- Opening Delimiter -

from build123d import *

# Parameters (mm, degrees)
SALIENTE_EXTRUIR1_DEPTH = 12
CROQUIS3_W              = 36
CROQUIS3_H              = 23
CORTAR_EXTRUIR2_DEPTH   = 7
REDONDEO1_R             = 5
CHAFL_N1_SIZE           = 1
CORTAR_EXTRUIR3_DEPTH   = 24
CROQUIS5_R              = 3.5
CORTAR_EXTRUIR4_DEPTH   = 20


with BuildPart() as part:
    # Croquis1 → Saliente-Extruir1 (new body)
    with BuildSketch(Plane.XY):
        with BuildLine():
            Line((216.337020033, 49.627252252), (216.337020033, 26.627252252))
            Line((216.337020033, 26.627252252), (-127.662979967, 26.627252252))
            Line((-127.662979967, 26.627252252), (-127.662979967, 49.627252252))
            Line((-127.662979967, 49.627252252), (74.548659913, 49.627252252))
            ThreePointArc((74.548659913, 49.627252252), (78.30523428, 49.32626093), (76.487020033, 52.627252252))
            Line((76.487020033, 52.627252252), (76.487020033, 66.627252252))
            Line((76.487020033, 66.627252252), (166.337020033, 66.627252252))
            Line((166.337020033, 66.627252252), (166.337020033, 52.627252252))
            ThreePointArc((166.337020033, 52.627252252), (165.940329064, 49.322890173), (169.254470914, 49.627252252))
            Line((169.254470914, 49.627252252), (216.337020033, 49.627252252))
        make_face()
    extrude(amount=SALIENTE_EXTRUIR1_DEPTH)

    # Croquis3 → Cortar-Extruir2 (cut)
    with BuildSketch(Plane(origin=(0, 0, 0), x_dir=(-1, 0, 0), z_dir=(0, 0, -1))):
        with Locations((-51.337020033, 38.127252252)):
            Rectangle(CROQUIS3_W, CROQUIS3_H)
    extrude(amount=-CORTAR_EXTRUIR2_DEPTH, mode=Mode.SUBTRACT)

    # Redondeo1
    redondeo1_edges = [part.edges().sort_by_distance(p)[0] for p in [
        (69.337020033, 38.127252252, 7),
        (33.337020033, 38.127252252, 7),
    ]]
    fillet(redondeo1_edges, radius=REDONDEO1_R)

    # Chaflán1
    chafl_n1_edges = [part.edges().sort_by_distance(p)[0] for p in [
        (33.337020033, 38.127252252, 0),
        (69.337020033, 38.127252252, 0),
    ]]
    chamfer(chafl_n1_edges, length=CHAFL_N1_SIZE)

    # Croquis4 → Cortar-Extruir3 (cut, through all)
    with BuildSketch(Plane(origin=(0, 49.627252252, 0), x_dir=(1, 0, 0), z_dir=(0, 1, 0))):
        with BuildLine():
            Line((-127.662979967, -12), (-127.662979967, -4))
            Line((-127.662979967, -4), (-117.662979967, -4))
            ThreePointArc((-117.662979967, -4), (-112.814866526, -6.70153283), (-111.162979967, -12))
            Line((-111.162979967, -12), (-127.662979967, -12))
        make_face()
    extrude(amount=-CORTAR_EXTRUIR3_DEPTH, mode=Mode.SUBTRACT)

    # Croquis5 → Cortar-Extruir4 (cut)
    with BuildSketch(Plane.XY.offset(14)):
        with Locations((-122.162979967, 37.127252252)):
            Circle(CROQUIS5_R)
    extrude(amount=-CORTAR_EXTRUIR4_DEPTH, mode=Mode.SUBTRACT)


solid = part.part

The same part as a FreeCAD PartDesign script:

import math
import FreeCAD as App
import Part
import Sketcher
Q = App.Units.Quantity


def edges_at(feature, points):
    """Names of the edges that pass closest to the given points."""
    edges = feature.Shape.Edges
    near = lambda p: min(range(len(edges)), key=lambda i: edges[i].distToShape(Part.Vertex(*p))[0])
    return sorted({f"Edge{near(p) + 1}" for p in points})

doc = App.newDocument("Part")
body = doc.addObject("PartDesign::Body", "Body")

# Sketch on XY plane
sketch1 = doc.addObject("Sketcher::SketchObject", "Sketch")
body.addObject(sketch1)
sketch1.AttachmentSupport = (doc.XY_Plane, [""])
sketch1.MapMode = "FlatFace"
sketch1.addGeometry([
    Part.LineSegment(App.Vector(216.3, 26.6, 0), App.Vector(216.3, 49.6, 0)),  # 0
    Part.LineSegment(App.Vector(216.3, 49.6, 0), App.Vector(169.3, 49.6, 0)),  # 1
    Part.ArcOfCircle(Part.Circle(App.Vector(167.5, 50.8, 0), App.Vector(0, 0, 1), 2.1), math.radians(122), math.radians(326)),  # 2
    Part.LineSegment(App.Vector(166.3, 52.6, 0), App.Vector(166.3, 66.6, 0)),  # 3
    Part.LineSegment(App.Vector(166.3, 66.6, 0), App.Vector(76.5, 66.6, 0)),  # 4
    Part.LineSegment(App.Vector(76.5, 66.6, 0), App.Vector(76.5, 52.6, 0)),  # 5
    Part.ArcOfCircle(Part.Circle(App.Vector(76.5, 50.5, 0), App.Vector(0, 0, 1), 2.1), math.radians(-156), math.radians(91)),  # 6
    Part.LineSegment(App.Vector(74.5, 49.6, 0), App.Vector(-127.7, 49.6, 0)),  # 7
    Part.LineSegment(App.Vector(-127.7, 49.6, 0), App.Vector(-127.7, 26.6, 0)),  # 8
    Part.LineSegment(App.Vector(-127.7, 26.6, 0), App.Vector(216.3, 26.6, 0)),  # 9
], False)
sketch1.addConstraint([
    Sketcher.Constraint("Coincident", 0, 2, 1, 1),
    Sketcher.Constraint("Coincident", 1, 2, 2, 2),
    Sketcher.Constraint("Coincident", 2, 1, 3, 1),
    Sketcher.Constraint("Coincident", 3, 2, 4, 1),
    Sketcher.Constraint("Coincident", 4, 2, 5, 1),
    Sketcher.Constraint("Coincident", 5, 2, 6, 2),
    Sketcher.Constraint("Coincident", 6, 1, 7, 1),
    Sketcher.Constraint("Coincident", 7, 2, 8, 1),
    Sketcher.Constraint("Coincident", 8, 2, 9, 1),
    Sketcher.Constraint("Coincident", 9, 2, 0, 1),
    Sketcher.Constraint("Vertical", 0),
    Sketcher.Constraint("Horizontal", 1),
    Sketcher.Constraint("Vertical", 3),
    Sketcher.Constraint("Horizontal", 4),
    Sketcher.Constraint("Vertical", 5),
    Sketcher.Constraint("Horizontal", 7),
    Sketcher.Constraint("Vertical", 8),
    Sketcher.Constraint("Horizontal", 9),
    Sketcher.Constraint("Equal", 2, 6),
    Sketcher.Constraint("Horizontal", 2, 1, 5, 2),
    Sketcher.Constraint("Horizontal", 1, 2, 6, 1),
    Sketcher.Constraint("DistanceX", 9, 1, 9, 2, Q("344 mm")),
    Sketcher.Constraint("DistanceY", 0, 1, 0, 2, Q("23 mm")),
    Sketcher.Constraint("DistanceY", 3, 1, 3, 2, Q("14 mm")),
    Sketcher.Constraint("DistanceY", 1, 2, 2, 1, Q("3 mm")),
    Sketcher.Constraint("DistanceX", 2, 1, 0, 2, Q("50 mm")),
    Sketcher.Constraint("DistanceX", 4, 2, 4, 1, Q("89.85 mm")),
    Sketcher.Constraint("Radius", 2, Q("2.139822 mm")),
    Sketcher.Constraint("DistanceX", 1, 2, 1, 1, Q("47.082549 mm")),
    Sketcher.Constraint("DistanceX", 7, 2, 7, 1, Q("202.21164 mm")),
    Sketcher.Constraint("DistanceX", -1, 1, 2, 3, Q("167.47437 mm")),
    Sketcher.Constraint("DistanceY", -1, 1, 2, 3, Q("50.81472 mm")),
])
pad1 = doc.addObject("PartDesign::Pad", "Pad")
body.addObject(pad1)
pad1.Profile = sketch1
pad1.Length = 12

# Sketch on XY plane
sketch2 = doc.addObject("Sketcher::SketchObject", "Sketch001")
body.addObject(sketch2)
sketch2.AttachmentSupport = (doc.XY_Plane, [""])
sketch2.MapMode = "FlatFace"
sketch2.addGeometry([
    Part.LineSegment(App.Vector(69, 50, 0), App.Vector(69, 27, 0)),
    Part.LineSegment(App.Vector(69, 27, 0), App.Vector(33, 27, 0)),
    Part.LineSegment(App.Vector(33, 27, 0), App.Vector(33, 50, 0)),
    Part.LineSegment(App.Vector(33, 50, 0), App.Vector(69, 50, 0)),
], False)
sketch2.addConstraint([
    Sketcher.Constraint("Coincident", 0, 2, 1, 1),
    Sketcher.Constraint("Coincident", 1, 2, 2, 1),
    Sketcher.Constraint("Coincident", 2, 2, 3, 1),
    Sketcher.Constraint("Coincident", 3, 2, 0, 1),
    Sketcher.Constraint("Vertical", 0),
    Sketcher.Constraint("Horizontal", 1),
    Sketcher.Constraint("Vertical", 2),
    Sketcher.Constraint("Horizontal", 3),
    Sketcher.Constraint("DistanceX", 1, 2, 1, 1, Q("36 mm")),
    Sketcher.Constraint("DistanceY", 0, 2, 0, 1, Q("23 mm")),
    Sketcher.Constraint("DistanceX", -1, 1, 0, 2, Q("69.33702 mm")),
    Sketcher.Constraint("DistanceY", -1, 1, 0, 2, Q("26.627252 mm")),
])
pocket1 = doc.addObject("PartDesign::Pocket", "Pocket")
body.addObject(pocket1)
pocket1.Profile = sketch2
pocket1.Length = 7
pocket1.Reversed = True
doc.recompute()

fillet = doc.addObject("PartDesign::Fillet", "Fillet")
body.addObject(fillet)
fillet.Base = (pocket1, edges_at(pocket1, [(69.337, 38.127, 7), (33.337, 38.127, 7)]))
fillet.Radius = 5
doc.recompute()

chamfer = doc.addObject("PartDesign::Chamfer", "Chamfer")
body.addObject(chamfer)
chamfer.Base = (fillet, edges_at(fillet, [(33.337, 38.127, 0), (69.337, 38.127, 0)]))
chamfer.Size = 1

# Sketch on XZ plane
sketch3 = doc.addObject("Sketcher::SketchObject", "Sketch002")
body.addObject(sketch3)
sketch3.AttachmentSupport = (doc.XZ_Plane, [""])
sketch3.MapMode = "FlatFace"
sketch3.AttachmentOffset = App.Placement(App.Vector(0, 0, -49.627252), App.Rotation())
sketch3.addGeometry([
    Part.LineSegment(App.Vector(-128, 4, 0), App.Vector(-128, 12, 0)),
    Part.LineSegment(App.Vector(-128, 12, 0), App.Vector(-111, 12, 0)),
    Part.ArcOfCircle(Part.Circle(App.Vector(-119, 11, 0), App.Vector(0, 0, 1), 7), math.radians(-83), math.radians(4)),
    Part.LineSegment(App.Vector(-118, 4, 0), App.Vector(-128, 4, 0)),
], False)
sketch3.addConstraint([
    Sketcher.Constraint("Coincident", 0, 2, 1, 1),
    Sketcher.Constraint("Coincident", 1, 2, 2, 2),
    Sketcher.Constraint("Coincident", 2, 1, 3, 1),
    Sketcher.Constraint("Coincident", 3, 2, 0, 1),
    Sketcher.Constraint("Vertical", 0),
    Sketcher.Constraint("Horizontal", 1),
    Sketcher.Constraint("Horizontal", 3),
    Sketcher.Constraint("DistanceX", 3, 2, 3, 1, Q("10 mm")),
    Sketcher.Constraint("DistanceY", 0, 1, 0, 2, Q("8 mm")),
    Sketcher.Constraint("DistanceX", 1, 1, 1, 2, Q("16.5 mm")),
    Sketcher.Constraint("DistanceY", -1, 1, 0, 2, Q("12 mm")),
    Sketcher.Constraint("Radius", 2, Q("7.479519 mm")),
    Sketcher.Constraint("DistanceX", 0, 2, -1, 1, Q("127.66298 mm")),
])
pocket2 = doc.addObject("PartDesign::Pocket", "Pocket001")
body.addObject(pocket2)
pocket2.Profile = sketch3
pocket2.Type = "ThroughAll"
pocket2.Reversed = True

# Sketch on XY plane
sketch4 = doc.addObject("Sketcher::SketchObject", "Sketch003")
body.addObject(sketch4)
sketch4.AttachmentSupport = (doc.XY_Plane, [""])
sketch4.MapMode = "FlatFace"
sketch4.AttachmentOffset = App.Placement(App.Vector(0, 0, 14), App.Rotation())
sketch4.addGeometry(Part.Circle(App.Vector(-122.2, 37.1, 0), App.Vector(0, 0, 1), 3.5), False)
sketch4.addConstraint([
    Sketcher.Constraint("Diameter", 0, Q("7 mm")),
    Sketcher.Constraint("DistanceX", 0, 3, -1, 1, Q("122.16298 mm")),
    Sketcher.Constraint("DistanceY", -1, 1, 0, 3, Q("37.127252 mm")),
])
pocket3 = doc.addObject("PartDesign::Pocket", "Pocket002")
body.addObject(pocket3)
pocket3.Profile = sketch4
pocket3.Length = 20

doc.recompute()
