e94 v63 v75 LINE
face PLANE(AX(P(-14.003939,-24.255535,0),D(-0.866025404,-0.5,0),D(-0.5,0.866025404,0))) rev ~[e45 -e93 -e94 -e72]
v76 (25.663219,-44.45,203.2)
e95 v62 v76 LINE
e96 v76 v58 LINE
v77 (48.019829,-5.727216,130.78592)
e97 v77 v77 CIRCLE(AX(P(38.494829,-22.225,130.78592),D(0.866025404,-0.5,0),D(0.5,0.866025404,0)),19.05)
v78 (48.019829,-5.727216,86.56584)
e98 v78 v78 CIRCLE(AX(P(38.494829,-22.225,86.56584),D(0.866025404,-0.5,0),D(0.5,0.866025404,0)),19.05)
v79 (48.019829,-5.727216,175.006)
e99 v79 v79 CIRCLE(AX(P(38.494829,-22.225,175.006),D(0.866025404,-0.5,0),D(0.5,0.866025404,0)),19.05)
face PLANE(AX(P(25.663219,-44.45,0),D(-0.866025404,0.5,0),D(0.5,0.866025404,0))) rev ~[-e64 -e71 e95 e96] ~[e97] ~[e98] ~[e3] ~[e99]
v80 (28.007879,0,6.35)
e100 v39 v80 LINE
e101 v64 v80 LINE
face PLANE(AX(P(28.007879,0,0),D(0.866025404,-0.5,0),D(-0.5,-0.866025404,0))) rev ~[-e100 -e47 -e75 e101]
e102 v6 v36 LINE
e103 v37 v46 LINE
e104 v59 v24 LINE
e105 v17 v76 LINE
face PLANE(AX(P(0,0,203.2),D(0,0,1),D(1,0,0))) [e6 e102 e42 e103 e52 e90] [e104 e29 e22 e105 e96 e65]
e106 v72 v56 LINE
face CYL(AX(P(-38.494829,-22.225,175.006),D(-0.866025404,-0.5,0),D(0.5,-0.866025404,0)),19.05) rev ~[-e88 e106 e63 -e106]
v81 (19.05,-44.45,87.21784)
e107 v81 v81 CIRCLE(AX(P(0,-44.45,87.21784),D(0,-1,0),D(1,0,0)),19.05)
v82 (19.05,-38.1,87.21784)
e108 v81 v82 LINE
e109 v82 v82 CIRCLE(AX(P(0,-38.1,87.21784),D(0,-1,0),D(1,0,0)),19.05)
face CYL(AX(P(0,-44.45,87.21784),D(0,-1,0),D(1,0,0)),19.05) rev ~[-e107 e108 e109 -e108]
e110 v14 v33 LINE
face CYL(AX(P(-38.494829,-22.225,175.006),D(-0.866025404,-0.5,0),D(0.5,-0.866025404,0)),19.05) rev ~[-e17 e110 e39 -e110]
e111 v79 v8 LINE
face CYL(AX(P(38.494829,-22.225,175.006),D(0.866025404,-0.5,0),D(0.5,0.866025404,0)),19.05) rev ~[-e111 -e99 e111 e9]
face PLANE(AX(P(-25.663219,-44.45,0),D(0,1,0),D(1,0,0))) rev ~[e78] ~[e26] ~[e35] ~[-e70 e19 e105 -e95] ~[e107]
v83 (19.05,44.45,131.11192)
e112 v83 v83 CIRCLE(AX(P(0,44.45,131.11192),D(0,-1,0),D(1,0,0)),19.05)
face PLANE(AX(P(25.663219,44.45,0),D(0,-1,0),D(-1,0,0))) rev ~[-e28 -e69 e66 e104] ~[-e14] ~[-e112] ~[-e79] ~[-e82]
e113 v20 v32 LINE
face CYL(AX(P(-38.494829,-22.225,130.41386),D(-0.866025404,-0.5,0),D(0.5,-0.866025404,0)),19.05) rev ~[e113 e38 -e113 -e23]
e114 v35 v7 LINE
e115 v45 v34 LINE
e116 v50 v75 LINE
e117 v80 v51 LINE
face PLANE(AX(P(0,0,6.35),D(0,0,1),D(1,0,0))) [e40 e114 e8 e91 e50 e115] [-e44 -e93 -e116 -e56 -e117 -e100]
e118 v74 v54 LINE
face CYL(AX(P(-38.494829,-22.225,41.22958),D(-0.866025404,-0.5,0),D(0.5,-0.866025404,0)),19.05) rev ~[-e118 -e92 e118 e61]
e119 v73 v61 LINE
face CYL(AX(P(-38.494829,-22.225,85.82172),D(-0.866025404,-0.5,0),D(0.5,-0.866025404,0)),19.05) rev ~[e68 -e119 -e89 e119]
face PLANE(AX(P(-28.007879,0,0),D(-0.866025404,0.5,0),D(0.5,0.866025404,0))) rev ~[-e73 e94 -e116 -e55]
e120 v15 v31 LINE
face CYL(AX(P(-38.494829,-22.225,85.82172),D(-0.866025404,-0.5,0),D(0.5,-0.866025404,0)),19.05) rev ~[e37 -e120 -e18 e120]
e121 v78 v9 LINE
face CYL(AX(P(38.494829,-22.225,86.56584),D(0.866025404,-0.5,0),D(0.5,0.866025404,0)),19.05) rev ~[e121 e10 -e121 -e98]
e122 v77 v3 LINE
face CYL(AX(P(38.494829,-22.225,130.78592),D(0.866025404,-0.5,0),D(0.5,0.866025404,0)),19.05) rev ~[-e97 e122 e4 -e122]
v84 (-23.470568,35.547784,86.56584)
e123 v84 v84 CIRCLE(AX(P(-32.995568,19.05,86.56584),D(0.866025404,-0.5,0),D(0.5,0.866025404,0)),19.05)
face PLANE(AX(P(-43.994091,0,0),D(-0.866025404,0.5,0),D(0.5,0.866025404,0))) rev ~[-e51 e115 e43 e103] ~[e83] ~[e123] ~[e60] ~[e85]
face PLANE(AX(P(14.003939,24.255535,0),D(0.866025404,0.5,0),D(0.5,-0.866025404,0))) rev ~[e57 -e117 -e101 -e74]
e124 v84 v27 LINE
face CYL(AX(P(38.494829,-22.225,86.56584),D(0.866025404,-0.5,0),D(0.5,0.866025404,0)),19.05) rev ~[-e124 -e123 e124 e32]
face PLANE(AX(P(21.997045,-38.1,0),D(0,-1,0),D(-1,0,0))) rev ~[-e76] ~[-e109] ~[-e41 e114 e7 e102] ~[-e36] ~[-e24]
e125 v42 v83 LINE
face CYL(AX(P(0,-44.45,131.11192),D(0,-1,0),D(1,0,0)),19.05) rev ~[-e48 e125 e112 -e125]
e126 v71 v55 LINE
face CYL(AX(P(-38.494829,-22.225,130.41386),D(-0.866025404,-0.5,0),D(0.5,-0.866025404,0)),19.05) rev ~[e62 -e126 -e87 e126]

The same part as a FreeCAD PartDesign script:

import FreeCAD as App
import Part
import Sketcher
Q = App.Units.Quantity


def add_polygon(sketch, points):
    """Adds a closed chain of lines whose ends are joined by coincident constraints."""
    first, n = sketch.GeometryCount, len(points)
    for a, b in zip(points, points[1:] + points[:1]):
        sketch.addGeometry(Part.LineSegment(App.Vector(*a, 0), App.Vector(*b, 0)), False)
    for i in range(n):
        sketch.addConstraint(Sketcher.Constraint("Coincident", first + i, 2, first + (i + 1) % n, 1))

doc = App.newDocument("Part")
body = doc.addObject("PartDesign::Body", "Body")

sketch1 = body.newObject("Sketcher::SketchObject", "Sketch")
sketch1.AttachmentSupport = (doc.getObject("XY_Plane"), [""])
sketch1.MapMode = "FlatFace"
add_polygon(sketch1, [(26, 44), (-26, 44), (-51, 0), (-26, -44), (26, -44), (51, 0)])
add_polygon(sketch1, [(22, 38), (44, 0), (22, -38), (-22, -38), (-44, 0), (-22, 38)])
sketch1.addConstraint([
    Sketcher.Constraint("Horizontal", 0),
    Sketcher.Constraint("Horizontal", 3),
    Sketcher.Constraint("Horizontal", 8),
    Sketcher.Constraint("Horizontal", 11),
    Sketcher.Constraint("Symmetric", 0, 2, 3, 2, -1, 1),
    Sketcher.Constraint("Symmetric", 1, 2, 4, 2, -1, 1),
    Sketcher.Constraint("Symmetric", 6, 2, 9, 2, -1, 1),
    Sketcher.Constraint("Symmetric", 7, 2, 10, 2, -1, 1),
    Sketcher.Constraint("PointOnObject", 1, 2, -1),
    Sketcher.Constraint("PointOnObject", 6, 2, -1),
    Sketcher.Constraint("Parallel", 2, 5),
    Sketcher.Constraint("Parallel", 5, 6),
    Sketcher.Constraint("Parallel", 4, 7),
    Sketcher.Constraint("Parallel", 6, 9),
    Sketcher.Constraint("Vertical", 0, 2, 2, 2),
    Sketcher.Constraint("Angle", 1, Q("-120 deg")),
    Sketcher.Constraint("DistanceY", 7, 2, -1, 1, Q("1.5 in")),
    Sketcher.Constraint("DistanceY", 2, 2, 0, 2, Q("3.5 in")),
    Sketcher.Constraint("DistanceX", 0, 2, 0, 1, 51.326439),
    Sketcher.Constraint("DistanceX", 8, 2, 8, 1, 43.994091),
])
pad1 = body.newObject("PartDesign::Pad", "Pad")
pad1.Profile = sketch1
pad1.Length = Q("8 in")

- Closing Delimiter -

What to work on — Each line of the data in which the string "Symmetric" appears needs to be copied.

Response below —
    Sketcher.Constraint("Symmetric", 0, 2, 3, 2, -1, 1),
    Sketcher.Constraint("Symmetric", 1, 2, 4, 2, -1, 1),
    Sketcher.Constraint("Symmetric", 6, 2, 9, 2, -1, 1),
    Sketcher.Constraint("Symmetric", 7, 2, 10, 2, -1, 1),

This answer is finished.